N++2: Proprietary Neural Network Software

Made for deep learning, N++2 is a multi-threaded neural network simulator for simulating large artificial neural networks with millions of weights. N++2 is programmed in C/C++ and can be optimized for Intel, RISC, and embedded CPUs. During the training procedure, it exploits the multi-core architecture of modern CPUs using several threads for propagating multiple training patterns in parallel. Relying on CBLAS calls where appropriate, n++2 is also able to benefit from a CPU’s Single Instruction Multiple Data (SIMD) – capabilities .

N++2 is able to speed-up training of “simple” multi-layer perceptrons with only one or two hidden layers and a few hundred connections. But its main purpose is to simulate huge neural networks with a number of hidden layers and up to millions of weights in a “deep learning” setting. For this purpose, n++2 offers additional facilities for constructing symmetric autoencoder neural networks, easy layer-wise pre-training and for arranging neurons in two-dimensional layers (helpful for processing images). Besides fully connected layer types n++2 also comes with an efficient implementation of sparse connection structures, including receptive fields and shared-weights. Thus, n++2 can also be used to simulate LeCun’s convolutional neural networks and to combine these sparse techniques with deep learning and layer-wise pretraining.

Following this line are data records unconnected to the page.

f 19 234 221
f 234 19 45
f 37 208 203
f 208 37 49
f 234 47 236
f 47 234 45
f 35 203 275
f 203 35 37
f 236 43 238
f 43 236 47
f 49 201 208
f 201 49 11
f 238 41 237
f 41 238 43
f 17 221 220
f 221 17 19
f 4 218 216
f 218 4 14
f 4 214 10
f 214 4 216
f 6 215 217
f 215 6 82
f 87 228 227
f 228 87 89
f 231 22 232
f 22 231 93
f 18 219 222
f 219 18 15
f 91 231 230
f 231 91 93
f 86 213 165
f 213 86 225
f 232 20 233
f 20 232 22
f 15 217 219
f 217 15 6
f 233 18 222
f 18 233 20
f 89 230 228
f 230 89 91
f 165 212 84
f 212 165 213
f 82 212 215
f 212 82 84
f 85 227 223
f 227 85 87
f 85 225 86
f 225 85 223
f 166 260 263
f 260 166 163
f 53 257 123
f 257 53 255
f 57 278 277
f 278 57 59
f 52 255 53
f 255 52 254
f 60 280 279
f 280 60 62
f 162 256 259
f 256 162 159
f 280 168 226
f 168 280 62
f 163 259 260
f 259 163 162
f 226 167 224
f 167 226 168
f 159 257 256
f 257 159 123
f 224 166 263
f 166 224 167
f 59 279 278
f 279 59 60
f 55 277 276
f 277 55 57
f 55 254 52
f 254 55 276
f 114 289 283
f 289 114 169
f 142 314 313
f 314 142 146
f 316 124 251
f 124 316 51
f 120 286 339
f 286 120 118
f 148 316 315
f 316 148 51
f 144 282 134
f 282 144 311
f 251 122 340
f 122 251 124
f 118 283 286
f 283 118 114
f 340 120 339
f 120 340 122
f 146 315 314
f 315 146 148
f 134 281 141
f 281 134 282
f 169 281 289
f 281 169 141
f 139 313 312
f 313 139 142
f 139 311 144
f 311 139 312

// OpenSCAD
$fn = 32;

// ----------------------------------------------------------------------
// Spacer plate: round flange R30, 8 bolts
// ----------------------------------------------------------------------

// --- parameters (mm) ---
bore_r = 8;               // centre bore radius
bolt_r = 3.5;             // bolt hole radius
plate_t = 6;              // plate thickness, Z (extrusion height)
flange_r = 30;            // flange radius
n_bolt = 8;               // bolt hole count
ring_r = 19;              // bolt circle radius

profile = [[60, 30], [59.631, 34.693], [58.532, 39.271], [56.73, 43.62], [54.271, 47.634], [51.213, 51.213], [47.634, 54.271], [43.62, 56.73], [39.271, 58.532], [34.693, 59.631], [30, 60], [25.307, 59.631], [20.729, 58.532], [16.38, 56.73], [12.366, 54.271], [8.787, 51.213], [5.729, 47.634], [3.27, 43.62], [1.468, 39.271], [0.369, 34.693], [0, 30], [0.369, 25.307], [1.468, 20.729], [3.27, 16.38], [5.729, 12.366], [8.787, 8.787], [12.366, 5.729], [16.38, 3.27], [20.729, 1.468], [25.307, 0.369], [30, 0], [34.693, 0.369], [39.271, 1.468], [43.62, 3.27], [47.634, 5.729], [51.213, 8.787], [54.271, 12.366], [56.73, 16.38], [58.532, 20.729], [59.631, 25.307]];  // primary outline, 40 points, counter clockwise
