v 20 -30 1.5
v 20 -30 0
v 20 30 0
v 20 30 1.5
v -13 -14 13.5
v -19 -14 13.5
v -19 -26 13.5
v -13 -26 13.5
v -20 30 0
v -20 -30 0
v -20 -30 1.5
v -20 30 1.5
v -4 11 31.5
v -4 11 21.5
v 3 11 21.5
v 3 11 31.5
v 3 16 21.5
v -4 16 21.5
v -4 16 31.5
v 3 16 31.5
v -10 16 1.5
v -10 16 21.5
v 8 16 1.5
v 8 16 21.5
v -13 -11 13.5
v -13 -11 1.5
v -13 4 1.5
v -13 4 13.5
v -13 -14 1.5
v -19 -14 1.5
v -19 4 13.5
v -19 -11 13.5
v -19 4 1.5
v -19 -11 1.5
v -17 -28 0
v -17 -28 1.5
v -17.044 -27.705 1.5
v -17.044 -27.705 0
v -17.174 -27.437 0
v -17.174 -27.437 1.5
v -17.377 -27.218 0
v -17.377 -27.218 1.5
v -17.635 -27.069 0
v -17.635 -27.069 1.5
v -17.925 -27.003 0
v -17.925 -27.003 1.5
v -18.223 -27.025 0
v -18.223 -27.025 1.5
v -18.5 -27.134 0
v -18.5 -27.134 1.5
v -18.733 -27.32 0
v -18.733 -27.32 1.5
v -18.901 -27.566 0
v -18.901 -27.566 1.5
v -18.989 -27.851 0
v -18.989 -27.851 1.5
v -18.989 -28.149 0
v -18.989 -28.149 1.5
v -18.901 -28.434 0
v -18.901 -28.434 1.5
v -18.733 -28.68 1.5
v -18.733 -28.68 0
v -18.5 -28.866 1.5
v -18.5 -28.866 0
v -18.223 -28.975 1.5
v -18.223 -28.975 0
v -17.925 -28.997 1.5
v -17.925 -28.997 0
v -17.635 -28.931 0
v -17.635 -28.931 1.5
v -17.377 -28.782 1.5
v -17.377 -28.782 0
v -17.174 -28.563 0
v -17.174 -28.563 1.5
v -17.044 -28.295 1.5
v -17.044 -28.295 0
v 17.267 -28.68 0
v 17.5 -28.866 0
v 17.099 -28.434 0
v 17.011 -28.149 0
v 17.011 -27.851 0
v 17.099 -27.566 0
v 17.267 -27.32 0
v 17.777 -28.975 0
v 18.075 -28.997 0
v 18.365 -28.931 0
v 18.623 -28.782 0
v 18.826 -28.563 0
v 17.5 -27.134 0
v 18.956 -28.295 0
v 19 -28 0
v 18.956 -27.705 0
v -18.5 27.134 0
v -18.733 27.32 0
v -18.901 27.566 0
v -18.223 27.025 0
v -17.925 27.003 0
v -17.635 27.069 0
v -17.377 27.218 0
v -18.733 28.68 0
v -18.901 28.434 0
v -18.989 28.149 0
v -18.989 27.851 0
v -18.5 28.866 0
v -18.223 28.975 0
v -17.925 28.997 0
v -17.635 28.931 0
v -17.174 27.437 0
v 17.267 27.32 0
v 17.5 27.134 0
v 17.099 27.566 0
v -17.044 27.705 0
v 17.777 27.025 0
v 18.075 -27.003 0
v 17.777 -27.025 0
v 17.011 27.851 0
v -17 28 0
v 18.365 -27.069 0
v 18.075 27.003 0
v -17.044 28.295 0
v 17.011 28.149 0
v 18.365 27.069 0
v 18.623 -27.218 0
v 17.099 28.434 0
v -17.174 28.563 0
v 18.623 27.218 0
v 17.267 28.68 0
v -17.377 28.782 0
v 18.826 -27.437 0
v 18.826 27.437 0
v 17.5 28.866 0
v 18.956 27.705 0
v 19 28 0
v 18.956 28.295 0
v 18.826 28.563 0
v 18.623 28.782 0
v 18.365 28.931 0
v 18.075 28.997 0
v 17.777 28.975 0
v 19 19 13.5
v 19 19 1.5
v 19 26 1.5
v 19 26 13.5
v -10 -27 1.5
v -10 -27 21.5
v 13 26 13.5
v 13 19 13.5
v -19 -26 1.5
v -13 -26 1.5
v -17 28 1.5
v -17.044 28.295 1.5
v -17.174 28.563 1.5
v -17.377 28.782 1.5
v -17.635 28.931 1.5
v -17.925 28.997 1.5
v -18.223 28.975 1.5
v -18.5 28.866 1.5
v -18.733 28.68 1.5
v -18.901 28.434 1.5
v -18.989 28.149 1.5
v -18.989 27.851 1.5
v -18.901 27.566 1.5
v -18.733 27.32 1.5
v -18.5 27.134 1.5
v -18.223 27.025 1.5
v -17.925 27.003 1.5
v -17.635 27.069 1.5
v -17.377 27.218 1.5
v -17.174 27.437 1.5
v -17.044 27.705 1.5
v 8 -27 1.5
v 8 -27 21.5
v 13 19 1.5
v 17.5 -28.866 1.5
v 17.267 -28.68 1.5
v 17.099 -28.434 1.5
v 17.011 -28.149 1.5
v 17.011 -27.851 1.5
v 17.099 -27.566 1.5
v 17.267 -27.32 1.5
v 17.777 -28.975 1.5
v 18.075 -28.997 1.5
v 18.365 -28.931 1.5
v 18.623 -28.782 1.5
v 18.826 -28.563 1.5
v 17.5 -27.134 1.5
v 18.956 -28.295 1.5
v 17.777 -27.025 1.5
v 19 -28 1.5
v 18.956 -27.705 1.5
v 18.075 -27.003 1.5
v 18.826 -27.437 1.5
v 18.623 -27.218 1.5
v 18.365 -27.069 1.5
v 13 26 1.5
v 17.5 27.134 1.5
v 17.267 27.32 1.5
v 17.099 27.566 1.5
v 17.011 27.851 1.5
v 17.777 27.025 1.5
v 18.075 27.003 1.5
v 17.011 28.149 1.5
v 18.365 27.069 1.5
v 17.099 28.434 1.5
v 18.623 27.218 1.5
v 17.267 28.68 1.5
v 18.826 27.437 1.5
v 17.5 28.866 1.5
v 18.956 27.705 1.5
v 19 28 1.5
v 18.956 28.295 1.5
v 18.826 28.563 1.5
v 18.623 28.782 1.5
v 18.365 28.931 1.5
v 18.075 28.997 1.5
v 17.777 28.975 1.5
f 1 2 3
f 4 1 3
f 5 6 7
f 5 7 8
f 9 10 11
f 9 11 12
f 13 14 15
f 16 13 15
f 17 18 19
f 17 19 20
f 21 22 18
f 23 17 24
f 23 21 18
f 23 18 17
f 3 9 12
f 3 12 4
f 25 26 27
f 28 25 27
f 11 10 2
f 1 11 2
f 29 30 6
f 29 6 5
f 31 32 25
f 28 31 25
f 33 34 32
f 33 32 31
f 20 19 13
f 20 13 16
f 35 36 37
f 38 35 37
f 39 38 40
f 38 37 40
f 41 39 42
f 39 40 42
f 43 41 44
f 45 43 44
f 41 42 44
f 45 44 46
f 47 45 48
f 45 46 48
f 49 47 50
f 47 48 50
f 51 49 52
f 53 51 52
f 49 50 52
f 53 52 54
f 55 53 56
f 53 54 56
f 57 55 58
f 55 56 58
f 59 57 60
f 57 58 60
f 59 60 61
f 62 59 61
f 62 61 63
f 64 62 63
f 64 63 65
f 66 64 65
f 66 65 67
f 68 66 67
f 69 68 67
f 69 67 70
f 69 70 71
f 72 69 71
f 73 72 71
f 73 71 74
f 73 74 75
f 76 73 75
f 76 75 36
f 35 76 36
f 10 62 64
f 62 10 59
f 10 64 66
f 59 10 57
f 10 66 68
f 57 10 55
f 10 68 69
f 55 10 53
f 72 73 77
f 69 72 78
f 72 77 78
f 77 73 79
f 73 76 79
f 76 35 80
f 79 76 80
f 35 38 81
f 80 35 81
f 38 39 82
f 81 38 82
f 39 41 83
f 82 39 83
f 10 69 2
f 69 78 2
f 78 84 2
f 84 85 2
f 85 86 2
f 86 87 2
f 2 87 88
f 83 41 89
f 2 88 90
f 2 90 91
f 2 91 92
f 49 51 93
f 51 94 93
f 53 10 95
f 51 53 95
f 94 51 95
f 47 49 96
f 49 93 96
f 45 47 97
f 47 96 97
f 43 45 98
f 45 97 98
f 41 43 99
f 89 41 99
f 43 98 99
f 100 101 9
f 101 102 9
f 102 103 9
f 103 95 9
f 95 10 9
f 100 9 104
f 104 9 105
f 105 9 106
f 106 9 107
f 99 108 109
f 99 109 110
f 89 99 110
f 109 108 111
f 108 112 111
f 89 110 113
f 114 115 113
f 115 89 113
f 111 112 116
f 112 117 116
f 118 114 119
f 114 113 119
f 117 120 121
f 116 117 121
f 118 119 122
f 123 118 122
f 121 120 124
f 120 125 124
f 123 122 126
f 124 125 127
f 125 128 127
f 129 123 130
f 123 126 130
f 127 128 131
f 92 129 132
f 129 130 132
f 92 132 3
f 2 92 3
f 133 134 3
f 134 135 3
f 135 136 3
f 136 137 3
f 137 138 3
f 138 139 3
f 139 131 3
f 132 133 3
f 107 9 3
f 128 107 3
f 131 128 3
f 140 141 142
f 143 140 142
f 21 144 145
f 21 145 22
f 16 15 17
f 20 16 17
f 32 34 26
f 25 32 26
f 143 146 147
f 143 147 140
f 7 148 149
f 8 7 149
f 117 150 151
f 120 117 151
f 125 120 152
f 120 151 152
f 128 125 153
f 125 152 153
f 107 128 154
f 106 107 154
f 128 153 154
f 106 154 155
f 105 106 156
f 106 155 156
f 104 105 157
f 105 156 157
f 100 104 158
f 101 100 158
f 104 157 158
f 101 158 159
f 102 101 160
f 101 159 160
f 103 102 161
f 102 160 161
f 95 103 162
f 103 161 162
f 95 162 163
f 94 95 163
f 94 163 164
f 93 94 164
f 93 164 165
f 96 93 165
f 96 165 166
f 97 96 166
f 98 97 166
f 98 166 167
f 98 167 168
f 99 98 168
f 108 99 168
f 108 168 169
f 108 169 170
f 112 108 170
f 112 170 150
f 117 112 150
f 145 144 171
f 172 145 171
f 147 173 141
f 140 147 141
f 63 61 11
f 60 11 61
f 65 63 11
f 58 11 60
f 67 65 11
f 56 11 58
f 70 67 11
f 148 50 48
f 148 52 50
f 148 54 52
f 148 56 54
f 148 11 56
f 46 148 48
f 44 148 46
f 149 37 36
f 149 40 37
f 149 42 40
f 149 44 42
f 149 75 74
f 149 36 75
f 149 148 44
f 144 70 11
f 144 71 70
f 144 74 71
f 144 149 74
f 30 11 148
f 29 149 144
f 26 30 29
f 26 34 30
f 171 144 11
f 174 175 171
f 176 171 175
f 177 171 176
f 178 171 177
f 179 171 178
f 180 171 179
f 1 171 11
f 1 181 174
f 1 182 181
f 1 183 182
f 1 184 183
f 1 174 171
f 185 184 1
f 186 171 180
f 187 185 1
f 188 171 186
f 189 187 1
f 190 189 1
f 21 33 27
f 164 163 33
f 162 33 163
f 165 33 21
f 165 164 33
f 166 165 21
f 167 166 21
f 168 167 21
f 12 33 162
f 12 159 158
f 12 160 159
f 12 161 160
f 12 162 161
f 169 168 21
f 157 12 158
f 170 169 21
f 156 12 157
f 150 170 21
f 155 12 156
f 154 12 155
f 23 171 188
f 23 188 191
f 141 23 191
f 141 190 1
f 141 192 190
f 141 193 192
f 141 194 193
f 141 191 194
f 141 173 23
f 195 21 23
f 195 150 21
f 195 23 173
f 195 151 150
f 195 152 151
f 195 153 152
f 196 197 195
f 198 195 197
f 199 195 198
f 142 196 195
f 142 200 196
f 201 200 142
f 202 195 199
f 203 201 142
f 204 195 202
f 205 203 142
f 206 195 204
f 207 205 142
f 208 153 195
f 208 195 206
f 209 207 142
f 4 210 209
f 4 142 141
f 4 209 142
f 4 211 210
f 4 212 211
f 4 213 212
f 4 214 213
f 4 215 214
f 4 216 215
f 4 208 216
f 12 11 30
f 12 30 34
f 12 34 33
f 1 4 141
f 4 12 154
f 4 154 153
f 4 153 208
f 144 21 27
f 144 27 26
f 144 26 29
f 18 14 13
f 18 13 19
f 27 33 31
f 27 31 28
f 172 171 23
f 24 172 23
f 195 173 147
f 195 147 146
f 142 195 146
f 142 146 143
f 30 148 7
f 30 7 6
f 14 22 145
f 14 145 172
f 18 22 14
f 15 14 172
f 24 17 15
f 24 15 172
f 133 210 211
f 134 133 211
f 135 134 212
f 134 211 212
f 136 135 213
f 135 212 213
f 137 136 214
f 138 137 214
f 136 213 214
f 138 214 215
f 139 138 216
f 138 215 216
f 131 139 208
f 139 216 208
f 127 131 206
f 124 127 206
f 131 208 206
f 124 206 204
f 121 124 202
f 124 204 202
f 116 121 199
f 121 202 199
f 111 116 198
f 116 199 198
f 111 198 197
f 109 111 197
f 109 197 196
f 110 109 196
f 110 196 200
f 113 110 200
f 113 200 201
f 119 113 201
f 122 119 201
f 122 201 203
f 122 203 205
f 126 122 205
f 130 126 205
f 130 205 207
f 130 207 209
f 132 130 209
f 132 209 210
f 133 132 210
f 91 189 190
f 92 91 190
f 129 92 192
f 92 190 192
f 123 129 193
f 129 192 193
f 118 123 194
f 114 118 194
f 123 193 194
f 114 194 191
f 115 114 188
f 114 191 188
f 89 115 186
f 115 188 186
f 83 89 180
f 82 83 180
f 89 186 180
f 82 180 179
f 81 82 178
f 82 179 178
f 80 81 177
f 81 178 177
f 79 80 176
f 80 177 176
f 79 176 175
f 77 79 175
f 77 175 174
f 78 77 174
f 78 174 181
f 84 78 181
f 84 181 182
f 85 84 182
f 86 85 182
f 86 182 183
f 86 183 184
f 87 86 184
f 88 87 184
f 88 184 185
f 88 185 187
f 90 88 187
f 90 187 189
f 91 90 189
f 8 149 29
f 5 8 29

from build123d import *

# Parameters (mm, degrees)
SKETCH_W      = 40
SKETCH_H      = 60
PAD_DEPTH     = 1.5
SKETCH001_R   = 1
POCKET_DEPTH  = 1.501
SKETCH002_W   = 18
SKETCH002_H   = 43
PAD001_DEPTH  = 20
SKETCH003_W   = 7
SKETCH003_H   = 5
PAD002_DEPTH  = 10
SKETCH004_W   = 6
SKETCH004_H   = 12
SKETCH004_H_2 = 15
SKETCH004_H_3 = 7
PAD003_DEPTH  = 12


with BuildPart() as part:
    # Sketch → Pad (new body)
    with BuildSketch(Plane.XY):
        Rectangle(SKETCH_W, SKETCH_H)
    extrude(amount=PAD_DEPTH)

    # Sketch001 (on Face6 of Pad) → Pocket (cut, through all)
    with BuildSketch(Plane.XY.offset(1.5)):
        with Locations((-18, 28)):
            Circle(SKETCH001_R)
        with Locations((18, 28)):
            Circle(SKETCH001_R)
        with Locations((-18, -28)):
            Circle(SKETCH001_R)
        with Locations((18, -28)):
            Circle(SKETCH001_R)
    extrude(amount=-POCKET_DEPTH, mode=Mode.SUBTRACT)

    # Sketch002 (on Face5 of Pocket) → Pad001 (join)
    with BuildSketch(Plane.XY.offset(1.5)):
        with Locations((-1, -5.5)):
            Rectangle(SKETCH002_W, SKETCH002_H)
    extrude(amount=PAD001_DEPTH)

    # Sketch003 (on Face15 of Pad001) → Pad002 (join)
    with BuildSketch(Plane.XY.offset(21.5)):
        with Locations((-0.5, 13.5)):
            Rectangle(SKETCH003_W, SKETCH003_H)
    extrude(amount=PAD002_DEPTH)

    # Sketch004 (on Face5 of Pad002) → Pad003 (join)
    with BuildSketch(Plane.XY.offset(1.5)):
        with Locations((-16, -20)):
            Rectangle(SKETCH004_W, SKETCH004_H)
        with Locations((-16, -3.5)):
            Rectangle(SKETCH004_W, SKETCH004_H_2)
        with Locations((16, 22.5)):
            Rectangle(SKETCH004_W, SKETCH004_H_3)
    extrude(amount=PAD003_DEPTH)


solid = part.part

N++2 uses Martin Riedmiller’s Resilient Propagation (RProp) for fast and reliable training of the neural networks. On a dual quad-core CPU with two threads per core (16 threads in parallel) n++2 is about 27 times faster on real-world deep neural networks (not just benchmarks) than non-parallel simulator cores.

We have python wrappers for the simulator core so it’s easy to use and we’ve also a Theano-based deep learning pipeline in place for developing new network architectures and researching new training algorithms. Once converged, we implement new findings and architectures in the C++ simulator core for optimized speed and maximized platform compatibility.